# KY Longboard down



## Carpn (Apr 5, 2004)

With Ohio's weather being miserable for the last month I had a bad case of cabin fever . The lake forcast was bad again this weekend so I came down to Kentucky to hunt turkey and hang out this weekend . We got on a bird at first light gobbling on the limb . Once he flew down he messed around gobbling his head off . After about 15 minutes he broke and came in . He came thru a cow pasture and when he cleared a sticker bush I killed him at 8-10 yds .


----------



## wasserwolf (Jun 6, 2006)

Nice job Sir !


----------



## slashbait (Jun 26, 2008)

congrats! Great way to start season!


----------



## T-180 (Oct 18, 2005)

Great job Jake !!! Nice bird & beats sitting inside complaining about the weather.


----------



## Carpn (Apr 5, 2004)

Thanks guys . My buddy was up at bat this morning and struck out . Missed a nice longbeard at 25 yds . Weather hurt us bad the rest of the day . We split up for the evening hunt . We shall see what happens . Haven't heard nothing gobble this afternoon yet .


----------



## Kenlow1 (Jul 14, 2012)

Nice way to start the season off Jake.
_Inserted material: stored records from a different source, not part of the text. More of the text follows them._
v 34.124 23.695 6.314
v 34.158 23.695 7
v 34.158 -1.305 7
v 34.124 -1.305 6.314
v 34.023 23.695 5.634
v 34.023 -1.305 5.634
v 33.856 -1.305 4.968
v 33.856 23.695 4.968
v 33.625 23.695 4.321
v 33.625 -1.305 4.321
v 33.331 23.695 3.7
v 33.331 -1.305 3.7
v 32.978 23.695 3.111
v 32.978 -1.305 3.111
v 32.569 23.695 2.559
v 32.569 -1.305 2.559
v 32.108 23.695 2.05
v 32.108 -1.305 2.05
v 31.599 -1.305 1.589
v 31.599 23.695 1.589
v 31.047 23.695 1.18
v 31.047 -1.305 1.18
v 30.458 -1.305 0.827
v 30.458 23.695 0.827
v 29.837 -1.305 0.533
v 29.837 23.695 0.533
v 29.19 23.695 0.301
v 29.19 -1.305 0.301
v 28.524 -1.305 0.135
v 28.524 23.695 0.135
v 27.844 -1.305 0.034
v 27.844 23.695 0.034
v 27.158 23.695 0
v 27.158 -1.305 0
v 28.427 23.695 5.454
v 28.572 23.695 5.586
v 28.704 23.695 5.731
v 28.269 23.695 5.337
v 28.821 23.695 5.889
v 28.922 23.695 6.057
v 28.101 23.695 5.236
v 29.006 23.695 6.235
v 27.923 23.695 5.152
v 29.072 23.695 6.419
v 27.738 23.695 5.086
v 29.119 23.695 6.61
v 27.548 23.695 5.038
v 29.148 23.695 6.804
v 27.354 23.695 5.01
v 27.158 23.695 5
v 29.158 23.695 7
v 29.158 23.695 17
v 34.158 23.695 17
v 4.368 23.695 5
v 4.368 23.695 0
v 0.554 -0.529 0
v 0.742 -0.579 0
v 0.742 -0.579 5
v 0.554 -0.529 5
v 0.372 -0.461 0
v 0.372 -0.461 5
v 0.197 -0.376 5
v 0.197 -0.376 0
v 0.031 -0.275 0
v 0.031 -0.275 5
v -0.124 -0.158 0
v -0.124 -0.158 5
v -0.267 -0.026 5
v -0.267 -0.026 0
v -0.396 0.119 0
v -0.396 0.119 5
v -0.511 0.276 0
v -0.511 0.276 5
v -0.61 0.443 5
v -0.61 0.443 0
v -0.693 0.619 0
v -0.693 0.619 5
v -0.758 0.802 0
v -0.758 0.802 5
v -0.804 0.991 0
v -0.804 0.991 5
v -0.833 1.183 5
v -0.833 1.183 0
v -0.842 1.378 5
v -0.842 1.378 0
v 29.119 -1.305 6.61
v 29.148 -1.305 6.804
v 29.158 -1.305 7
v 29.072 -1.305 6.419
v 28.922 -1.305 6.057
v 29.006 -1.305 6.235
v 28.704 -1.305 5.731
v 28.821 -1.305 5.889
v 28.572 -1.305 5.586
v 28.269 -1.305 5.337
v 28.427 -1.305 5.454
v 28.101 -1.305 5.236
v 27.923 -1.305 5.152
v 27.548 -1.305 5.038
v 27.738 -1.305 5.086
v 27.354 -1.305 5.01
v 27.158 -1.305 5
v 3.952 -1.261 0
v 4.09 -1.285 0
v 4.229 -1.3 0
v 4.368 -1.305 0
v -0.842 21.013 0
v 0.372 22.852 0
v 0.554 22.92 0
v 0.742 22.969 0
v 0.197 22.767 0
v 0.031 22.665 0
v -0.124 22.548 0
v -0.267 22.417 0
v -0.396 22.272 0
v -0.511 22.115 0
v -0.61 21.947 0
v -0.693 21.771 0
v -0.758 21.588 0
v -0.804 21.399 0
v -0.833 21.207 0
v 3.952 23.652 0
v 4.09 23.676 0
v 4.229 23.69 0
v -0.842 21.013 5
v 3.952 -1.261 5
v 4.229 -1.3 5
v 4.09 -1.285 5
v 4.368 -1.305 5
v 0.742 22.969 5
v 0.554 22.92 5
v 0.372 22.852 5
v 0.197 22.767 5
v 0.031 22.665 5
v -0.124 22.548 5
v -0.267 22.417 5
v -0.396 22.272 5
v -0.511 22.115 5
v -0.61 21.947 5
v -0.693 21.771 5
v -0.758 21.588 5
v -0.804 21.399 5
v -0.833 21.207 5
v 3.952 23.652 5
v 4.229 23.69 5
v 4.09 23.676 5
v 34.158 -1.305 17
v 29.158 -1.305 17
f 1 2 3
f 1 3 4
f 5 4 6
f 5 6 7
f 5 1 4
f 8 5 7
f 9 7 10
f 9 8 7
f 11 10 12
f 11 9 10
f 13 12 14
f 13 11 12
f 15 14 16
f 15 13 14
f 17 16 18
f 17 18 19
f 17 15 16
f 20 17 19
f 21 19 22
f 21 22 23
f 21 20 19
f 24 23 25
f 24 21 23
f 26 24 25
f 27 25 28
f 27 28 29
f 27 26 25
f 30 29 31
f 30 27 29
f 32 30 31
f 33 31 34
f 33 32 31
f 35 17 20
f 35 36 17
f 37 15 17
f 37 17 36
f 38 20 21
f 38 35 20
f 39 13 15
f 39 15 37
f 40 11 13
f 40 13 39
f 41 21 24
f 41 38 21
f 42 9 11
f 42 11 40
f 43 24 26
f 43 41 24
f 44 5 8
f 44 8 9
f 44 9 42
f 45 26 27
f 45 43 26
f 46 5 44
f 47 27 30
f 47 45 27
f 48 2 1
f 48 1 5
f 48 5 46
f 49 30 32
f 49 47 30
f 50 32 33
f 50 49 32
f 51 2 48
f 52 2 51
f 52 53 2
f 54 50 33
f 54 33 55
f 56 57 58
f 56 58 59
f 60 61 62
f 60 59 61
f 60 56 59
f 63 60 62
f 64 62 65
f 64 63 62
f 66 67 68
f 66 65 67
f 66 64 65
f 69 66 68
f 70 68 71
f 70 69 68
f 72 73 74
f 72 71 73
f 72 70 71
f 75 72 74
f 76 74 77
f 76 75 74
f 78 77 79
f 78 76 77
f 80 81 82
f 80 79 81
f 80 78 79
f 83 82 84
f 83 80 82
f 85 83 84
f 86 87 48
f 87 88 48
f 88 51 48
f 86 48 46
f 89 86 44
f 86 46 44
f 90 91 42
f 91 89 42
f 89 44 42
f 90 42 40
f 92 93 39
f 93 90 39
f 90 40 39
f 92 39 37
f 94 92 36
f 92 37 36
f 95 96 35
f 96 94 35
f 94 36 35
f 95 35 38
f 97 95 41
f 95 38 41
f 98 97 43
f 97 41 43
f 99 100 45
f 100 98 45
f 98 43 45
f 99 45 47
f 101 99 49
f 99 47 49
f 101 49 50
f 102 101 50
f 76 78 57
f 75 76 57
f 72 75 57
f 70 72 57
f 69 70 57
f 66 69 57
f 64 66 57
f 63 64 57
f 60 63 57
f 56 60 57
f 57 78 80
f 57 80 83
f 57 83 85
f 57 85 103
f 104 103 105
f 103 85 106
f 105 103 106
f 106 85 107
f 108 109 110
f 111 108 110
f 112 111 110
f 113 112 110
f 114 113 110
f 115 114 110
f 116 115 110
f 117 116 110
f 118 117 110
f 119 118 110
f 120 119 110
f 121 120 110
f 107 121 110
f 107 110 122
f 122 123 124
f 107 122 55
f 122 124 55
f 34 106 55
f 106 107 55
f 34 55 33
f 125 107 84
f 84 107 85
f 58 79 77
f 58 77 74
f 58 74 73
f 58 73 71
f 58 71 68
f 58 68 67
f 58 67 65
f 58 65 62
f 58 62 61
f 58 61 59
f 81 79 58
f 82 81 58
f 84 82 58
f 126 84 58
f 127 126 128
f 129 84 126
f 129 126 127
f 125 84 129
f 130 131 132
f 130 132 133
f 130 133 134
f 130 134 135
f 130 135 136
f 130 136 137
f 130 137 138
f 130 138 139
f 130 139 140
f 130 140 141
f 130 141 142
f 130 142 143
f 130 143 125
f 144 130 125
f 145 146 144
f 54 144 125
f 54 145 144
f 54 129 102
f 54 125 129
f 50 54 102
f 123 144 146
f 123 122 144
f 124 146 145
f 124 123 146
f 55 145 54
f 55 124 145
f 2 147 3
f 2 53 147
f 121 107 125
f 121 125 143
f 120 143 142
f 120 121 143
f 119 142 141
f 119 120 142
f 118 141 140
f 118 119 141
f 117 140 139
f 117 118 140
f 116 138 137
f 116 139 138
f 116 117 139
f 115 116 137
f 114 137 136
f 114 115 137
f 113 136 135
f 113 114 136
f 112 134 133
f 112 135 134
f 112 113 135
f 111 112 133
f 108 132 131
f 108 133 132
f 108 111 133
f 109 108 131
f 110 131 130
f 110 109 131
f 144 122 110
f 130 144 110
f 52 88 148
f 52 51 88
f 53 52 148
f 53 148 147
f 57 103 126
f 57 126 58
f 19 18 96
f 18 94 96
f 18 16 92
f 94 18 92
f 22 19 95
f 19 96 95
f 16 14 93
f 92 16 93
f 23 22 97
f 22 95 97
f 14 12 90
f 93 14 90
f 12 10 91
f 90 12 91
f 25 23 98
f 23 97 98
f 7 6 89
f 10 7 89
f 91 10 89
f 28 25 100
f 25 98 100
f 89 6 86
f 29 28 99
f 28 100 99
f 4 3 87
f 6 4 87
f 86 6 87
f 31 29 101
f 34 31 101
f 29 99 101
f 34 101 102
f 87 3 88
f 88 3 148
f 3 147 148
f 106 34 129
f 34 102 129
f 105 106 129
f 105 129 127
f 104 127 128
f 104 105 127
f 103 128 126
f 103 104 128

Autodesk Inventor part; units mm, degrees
ref_plane "YZ Plane" through (0, 0, 0) normal (1, 0, 0) x (0, 1, 0)
ref_plane "XZ Plane" through (0, 0, 0) normal (0, 1, 0) x (-1, 0, 0)
ref_plane "XY Plane" through (0, 0, 0) normal (0, 0, 1) x (1, 0, 0)
sketch "Sketch1" plane through (0, 0, 0) normal (0, 0, 1) x (1, 0, 0)
  line L0 (4.3681, -1.3047) -> (34.1579, -1.3047)
  line L1 (34.1579, -1.3047) -> (34.1579, 23.6953)
  line L2 (34.1579, 23.6953) -> (4.3681, 23.6953)
  line L3 (-0.8421, 21.0129) -> (-0.8421, 1.3776)
  line L4 (3.9523, 23.6516) -> (0.7421, 22.9692)
  line L5 (3.9523, -1.261) -> (0.7421, -0.5787)
  line L6 (4.1579, 23.6953) -> (4.1579, -1.3047) construction
  arc A0 (0.7421, 22.9692) -> (-0.8421, 21.0129) centre (1.1579, 21.0129) ccw
  arc A1 (-0.8421, 1.3776) -> (0.7421, -0.5787) centre (1.1579, 1.3776) ccw
  arc A2 (4.3681, 23.6953) -> (3.9523, 23.6516) centre (4.3681, 21.6953) ccw
  arc A3 (3.9523, -1.261) -> (4.3681, -1.3047) centre (4.3681, 0.6953) ccw
  point P0 (0, 0)
  point P1 (-0.8421, 22.6325)
  point P2 (-0.8421, -0.242)
  dimension "d3" = 12
  dimension "d4" = 25
  dimension "d5" = 12
  dimension "d7" = 35
  dimension "d8" = 5
  dimension "d20" = 2
extrude "Plate1" add sketch "Sketch1" along normal blind 5
sketch "Sketch2" plane through (29.1579, 23.6953, 0) normal (1, 0, 0) x (0, 1, 0)
  line L0 (-25, 0) -> (0, 0)
  line L1 (0, 0) -> (0, 17)
  line L2 (0, 17) -> (-25, 17)
  line L3 (-25, 17) -> (-25, 0)
edge flange "Flange1" height 12 angle 90 thickness 5 bend radius 2 thickness toward (1, 0, 0) relief tear relief width 5 relief depth 2.5 edges at (34.1579, 11.1953, 5) wall of the first edge with corners at (29.1579, -1.3047, 0) (29.1579, 23.6953, 0) (29.1579, 23.6953, 17) (29.1579, -1.3047, 17)
bend "Bend1"
corner "Corner1"
ref_plane "midtplan" through (4.3681, 11.1953, 5) normal (0, 1, 0) x (1, 0, 0)
equation "\"d3\" = d5"
equation "\"d9\" = Thickness"
equation "\"d10\" = BendReliefWidth"
equation "\"d11\" = BendReliefDepth"
equation "\"d12\" = MinimumRemnant"
equation "\"d13\" = TransitionRadius"
equation "\"d16\" = BendRadius"
equation "\"d17\" = CornerReliefSize"
equation "\"d18\" = GapSize"
equation "\"d19\" = JacobiRadiusSize"
equation "\"BendReliefWidth\" = Thickness"
equation "\"BendReliefDepth\" = 0.5 * Thickness"
equation "\"TransitionRadius\" = BendRadius"
equation "\"JacobiRadiusSize\" = BendRadius"
equation "\"GapSize\" = Thickness"
equation "\"Thickness\" = 5"
equation "\"MinimumRemnant\" = 10"
equation "\"BendRadius\" = 2"
equation "\"CornerReliefSize\" = 20"
properties part number "hage" material "Steel"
Gobblers beware in Ohio! I am heading down to our property in Woodsfield on Sunday, looks like rain for the opener?


----------



## Carpn (Apr 5, 2004)

Thanks . Good luck ! 

I ended up calling another in Monday and my buddy redeemed himself . I'm taking my son out on Sunday . Hopefully he gets a chance . He's not going sat due to a scout camping trip .


----------